GIVEN RECORDS: Begin

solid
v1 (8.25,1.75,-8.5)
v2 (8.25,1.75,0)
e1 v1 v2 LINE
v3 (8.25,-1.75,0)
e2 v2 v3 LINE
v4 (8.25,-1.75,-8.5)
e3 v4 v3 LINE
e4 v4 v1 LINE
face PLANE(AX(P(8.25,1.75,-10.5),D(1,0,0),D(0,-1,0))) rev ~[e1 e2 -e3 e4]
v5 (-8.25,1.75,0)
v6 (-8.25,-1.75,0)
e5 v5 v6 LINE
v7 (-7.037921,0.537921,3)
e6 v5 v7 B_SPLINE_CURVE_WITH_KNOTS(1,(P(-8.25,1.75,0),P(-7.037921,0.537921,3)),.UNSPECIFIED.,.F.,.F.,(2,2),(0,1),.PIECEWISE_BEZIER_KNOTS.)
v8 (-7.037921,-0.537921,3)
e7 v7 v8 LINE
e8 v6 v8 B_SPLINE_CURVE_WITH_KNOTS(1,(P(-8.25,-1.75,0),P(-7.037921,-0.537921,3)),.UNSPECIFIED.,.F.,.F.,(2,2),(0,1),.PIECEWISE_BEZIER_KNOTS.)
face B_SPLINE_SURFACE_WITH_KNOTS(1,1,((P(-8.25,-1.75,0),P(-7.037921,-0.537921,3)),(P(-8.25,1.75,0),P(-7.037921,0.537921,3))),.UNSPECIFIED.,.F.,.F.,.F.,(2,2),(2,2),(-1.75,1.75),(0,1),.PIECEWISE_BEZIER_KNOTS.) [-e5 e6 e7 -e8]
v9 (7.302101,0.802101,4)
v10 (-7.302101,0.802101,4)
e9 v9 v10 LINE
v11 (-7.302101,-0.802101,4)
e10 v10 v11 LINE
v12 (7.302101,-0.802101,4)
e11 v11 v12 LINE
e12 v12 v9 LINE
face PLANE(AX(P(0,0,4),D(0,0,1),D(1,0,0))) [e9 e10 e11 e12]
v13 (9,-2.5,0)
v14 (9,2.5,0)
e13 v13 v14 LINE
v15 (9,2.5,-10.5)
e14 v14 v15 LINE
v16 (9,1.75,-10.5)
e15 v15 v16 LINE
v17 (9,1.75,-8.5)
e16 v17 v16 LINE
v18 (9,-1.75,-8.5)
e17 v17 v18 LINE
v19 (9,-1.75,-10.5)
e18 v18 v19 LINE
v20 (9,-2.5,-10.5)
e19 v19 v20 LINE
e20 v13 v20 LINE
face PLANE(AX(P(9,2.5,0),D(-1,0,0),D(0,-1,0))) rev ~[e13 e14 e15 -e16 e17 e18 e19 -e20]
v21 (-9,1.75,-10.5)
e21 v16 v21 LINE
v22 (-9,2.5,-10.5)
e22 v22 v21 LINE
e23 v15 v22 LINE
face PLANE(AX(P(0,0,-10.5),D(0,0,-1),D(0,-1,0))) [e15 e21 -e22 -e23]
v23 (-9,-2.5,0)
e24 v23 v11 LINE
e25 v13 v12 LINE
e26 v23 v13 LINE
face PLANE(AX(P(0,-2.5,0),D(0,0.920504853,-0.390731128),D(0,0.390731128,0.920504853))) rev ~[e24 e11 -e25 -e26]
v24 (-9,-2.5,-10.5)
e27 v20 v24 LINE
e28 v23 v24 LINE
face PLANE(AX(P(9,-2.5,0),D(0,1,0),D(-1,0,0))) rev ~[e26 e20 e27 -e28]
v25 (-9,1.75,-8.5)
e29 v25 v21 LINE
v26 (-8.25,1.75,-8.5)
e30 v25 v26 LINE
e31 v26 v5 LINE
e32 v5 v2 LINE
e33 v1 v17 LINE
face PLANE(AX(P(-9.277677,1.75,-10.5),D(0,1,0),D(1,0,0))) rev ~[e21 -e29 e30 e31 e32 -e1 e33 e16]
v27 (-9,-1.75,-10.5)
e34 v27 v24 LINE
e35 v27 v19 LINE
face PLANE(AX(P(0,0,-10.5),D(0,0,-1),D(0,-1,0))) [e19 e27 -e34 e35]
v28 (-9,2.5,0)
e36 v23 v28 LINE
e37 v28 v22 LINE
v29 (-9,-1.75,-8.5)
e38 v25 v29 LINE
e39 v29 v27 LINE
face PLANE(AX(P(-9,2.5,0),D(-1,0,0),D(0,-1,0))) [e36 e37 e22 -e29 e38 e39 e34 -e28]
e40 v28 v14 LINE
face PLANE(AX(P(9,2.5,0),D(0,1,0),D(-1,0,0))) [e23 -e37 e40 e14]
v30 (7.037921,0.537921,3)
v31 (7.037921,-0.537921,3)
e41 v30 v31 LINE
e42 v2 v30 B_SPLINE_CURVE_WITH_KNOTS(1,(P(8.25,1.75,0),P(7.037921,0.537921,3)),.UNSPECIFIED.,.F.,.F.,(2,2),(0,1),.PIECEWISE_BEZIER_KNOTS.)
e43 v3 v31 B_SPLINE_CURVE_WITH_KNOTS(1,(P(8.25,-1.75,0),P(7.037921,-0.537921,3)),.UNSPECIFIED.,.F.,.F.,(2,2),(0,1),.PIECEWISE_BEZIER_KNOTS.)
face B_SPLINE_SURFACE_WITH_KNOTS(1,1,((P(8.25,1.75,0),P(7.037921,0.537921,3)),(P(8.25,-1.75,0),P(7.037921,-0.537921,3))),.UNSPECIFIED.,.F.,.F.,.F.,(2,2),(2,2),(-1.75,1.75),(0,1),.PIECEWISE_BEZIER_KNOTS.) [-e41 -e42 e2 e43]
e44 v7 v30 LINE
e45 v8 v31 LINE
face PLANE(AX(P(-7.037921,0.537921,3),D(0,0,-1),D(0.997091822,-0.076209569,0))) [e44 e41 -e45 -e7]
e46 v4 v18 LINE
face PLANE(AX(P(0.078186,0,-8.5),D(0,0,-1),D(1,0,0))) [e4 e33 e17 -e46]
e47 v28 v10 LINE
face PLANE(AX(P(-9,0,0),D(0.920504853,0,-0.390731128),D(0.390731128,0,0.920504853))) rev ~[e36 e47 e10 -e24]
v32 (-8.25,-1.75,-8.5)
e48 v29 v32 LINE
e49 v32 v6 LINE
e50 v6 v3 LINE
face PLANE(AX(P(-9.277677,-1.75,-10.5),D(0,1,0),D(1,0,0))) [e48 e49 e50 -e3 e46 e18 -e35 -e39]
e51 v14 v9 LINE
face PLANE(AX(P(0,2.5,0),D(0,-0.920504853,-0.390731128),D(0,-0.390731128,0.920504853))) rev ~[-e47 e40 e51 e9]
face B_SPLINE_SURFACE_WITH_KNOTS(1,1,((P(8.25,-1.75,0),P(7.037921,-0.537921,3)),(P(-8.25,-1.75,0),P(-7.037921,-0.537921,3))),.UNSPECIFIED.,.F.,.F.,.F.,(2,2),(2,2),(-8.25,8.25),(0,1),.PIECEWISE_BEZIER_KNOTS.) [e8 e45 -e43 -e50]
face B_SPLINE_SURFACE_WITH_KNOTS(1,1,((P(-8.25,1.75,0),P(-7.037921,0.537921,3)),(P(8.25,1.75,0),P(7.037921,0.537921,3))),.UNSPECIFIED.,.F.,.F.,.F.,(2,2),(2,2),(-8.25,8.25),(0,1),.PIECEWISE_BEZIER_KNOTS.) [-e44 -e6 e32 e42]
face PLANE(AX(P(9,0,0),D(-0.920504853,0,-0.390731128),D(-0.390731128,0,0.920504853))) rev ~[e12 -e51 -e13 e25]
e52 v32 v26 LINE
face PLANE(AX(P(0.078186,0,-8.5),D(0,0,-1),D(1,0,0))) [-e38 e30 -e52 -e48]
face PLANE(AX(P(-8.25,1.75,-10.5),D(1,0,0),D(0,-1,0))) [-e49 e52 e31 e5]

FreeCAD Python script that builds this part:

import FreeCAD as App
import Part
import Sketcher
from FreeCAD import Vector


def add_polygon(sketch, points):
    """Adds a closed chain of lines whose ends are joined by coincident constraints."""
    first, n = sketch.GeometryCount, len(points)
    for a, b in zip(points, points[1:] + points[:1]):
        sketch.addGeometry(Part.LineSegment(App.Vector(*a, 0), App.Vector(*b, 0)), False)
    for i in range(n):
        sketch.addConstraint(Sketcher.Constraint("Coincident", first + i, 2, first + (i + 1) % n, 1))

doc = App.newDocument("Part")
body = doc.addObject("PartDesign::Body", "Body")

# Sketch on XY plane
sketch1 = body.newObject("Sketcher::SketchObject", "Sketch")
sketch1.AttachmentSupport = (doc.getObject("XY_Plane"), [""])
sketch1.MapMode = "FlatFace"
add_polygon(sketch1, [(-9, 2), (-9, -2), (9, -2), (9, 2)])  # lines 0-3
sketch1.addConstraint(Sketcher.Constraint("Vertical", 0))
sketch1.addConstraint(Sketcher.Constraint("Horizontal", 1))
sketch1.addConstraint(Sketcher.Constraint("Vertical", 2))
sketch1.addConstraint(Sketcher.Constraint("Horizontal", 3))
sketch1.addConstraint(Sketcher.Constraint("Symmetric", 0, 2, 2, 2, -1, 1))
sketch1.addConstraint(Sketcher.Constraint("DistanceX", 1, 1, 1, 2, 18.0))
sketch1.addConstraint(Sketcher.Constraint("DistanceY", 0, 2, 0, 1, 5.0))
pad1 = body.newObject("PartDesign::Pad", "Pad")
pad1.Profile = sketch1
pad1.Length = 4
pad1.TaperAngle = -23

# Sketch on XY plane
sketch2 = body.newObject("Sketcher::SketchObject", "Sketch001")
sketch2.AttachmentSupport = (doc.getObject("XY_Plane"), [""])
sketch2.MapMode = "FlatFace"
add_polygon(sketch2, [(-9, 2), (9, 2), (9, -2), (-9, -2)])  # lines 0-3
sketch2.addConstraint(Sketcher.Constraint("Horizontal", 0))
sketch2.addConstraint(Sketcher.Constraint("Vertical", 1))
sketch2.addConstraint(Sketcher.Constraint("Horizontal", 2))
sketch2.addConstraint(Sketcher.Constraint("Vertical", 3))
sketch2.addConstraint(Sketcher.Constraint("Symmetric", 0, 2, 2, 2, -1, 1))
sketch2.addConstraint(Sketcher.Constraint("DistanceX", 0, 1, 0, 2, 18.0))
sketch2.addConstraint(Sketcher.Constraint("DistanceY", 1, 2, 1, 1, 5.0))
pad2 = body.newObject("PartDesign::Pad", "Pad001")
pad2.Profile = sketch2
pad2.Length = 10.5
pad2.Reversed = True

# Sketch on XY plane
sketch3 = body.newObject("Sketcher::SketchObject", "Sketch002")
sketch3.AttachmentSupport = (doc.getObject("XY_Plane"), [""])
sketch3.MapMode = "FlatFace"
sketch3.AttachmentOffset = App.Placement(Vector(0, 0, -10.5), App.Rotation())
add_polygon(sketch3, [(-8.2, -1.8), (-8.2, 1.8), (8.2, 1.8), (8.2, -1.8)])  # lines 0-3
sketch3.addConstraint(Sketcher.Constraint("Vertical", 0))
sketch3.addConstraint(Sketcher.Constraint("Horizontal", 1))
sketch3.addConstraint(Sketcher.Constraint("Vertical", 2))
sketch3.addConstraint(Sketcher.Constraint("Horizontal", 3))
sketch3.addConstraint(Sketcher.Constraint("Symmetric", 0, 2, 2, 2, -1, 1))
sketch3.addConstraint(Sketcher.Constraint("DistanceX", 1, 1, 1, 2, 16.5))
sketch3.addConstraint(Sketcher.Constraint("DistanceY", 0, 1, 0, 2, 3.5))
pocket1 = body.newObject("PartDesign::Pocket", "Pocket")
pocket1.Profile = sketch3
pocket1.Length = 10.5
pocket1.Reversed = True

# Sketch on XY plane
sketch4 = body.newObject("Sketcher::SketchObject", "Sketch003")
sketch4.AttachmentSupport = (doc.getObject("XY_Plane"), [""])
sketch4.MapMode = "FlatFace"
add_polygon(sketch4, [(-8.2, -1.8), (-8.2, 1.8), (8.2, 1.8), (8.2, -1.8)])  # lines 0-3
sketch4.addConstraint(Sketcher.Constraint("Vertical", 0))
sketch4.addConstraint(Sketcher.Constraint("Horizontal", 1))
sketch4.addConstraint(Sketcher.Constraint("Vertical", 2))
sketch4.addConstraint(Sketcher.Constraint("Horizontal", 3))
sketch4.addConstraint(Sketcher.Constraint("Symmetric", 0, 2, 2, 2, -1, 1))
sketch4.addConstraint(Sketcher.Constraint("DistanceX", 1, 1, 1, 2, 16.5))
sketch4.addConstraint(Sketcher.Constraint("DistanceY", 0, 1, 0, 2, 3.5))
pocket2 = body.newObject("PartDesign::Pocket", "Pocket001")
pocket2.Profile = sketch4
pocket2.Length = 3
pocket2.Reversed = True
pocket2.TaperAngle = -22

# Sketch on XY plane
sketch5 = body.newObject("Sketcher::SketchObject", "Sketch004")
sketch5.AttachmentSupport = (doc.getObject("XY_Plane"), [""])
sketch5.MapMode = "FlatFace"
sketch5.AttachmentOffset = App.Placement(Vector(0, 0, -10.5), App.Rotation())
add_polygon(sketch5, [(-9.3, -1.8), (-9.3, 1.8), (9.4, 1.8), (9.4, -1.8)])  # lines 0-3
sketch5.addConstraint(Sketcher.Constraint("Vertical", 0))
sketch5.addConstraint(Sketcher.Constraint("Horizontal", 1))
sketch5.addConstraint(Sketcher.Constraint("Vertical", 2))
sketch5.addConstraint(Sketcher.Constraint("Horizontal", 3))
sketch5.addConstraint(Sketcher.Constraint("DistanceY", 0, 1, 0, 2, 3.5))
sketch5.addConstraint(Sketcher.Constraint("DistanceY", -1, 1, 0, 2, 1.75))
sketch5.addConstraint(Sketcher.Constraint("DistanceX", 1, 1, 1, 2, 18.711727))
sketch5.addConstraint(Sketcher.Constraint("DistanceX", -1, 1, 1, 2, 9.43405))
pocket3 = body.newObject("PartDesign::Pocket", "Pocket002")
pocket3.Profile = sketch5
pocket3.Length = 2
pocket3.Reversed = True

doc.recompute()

GIVEN RECORDS: End
GIVEN RECORDS: Begin

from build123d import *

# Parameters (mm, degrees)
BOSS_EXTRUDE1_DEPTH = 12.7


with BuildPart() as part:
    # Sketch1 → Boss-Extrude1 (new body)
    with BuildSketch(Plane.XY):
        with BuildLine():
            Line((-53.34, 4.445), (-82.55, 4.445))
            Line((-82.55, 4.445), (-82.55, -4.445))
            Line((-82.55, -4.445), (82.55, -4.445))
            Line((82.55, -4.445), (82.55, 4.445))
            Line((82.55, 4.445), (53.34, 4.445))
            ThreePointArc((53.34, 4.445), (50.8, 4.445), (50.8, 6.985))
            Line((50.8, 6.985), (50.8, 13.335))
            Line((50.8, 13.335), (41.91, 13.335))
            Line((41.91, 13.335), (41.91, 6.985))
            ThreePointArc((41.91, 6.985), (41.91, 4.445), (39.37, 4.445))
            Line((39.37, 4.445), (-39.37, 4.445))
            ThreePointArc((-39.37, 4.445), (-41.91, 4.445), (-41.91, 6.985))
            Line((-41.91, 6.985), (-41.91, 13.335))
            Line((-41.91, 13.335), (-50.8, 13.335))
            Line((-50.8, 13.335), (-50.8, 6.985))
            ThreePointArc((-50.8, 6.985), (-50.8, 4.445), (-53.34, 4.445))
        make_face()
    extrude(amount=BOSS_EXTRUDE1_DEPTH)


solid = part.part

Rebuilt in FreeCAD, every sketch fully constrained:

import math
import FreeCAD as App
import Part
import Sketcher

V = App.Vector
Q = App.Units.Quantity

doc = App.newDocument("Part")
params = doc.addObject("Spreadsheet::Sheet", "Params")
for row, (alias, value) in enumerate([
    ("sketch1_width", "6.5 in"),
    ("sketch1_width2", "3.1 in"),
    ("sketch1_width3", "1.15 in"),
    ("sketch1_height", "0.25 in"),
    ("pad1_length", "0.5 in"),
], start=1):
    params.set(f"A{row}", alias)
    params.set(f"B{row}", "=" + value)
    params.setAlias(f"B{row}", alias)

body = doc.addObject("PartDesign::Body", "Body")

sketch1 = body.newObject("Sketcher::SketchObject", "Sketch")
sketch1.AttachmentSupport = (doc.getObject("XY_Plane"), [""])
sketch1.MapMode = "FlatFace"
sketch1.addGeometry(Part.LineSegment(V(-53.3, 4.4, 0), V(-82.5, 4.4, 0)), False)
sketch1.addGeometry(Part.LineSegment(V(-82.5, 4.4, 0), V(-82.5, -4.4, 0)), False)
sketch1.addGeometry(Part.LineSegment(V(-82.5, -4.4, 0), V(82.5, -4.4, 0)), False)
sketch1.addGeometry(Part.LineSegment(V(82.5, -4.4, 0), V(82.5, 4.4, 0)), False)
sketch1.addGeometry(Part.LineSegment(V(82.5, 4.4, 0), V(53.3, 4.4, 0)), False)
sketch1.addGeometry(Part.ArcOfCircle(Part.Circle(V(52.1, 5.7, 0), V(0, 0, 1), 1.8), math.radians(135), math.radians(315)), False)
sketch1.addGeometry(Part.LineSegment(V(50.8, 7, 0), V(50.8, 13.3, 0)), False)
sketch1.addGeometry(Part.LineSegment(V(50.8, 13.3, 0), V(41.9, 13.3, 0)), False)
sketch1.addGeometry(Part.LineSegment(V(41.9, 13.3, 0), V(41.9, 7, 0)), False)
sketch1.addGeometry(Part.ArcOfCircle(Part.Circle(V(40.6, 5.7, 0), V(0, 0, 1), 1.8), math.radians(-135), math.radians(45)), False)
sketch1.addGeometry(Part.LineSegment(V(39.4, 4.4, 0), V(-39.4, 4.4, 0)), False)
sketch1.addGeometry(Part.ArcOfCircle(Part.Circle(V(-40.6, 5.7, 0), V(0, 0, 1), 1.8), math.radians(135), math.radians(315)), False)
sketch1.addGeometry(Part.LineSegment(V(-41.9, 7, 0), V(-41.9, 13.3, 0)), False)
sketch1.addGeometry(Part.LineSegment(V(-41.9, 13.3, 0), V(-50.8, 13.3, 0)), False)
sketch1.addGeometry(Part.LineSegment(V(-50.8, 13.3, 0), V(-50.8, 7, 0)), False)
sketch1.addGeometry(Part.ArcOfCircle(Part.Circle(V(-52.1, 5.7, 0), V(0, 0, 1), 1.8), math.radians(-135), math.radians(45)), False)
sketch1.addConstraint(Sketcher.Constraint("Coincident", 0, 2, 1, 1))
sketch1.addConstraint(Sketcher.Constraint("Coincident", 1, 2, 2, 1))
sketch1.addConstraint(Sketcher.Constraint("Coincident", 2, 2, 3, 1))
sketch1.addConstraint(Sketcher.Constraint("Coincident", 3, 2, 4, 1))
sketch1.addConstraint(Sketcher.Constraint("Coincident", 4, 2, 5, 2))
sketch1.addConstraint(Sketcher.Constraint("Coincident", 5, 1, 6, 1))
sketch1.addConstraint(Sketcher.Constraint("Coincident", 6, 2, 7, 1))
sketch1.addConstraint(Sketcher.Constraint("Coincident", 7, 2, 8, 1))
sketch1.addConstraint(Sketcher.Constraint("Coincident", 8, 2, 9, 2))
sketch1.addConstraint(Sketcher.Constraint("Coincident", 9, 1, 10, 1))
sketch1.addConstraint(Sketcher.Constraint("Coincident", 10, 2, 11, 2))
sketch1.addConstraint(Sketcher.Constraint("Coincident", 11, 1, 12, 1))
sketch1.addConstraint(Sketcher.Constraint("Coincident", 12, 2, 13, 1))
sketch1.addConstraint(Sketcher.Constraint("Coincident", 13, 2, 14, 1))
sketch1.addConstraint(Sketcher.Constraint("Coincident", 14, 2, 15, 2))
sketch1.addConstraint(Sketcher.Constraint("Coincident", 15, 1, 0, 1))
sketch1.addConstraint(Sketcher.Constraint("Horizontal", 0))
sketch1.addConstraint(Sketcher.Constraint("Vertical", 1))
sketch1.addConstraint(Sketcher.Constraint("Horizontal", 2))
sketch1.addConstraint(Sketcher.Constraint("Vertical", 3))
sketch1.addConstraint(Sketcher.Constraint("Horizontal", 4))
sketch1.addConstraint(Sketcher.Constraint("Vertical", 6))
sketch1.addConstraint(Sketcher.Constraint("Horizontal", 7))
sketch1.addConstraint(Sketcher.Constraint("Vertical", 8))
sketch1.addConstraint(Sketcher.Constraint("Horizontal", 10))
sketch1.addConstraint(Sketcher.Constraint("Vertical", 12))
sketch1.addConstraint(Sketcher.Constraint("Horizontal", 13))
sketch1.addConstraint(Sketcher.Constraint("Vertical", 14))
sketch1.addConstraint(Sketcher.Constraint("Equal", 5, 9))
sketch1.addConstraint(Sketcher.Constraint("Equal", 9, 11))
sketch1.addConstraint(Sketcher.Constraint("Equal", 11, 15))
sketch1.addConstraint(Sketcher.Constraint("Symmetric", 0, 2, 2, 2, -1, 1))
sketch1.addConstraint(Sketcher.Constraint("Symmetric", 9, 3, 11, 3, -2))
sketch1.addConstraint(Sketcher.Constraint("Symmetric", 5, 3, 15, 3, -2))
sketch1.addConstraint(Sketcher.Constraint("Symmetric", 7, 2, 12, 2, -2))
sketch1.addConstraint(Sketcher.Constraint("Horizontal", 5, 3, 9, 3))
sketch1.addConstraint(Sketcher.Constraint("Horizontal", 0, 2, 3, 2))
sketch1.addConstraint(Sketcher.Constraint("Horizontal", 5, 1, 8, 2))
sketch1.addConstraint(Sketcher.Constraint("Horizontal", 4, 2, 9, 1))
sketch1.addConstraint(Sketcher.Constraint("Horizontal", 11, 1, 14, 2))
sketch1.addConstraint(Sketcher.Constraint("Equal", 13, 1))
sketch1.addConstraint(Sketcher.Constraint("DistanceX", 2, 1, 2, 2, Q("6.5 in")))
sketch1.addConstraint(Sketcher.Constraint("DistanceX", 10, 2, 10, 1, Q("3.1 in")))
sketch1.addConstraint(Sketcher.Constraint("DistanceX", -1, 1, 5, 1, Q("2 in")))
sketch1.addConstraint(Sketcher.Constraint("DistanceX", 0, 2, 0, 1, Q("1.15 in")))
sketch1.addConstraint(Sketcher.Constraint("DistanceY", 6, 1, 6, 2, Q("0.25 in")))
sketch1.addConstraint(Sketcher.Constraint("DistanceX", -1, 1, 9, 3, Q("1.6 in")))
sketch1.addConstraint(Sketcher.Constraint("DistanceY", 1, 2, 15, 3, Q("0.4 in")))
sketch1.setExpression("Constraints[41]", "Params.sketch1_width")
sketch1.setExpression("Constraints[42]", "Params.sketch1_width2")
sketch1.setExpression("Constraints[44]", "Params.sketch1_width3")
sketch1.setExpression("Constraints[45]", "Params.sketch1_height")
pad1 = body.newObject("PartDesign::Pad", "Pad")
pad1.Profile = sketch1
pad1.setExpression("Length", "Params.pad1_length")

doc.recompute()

GIVEN RECORDS: End

### WHAT IS BEING ASKED
Whenever the word "ThreePointArc" shows up in a line of the entries above, copy that line.

### SOLUTION TO THIS PROBLEM
            ThreePointArc((53.34, 4.445), (50.8, 4.445), (50.8, 6.985))
            ThreePointArc((41.91, 6.985), (41.91, 4.445), (39.37, 4.445))
            ThreePointArc((-39.37, 4.445), (-41.91, 4.445), (-41.91, 6.985))
            ThreePointArc((-50.8, 6.985), (-50.8, 4.445), (-53.34, 4.445))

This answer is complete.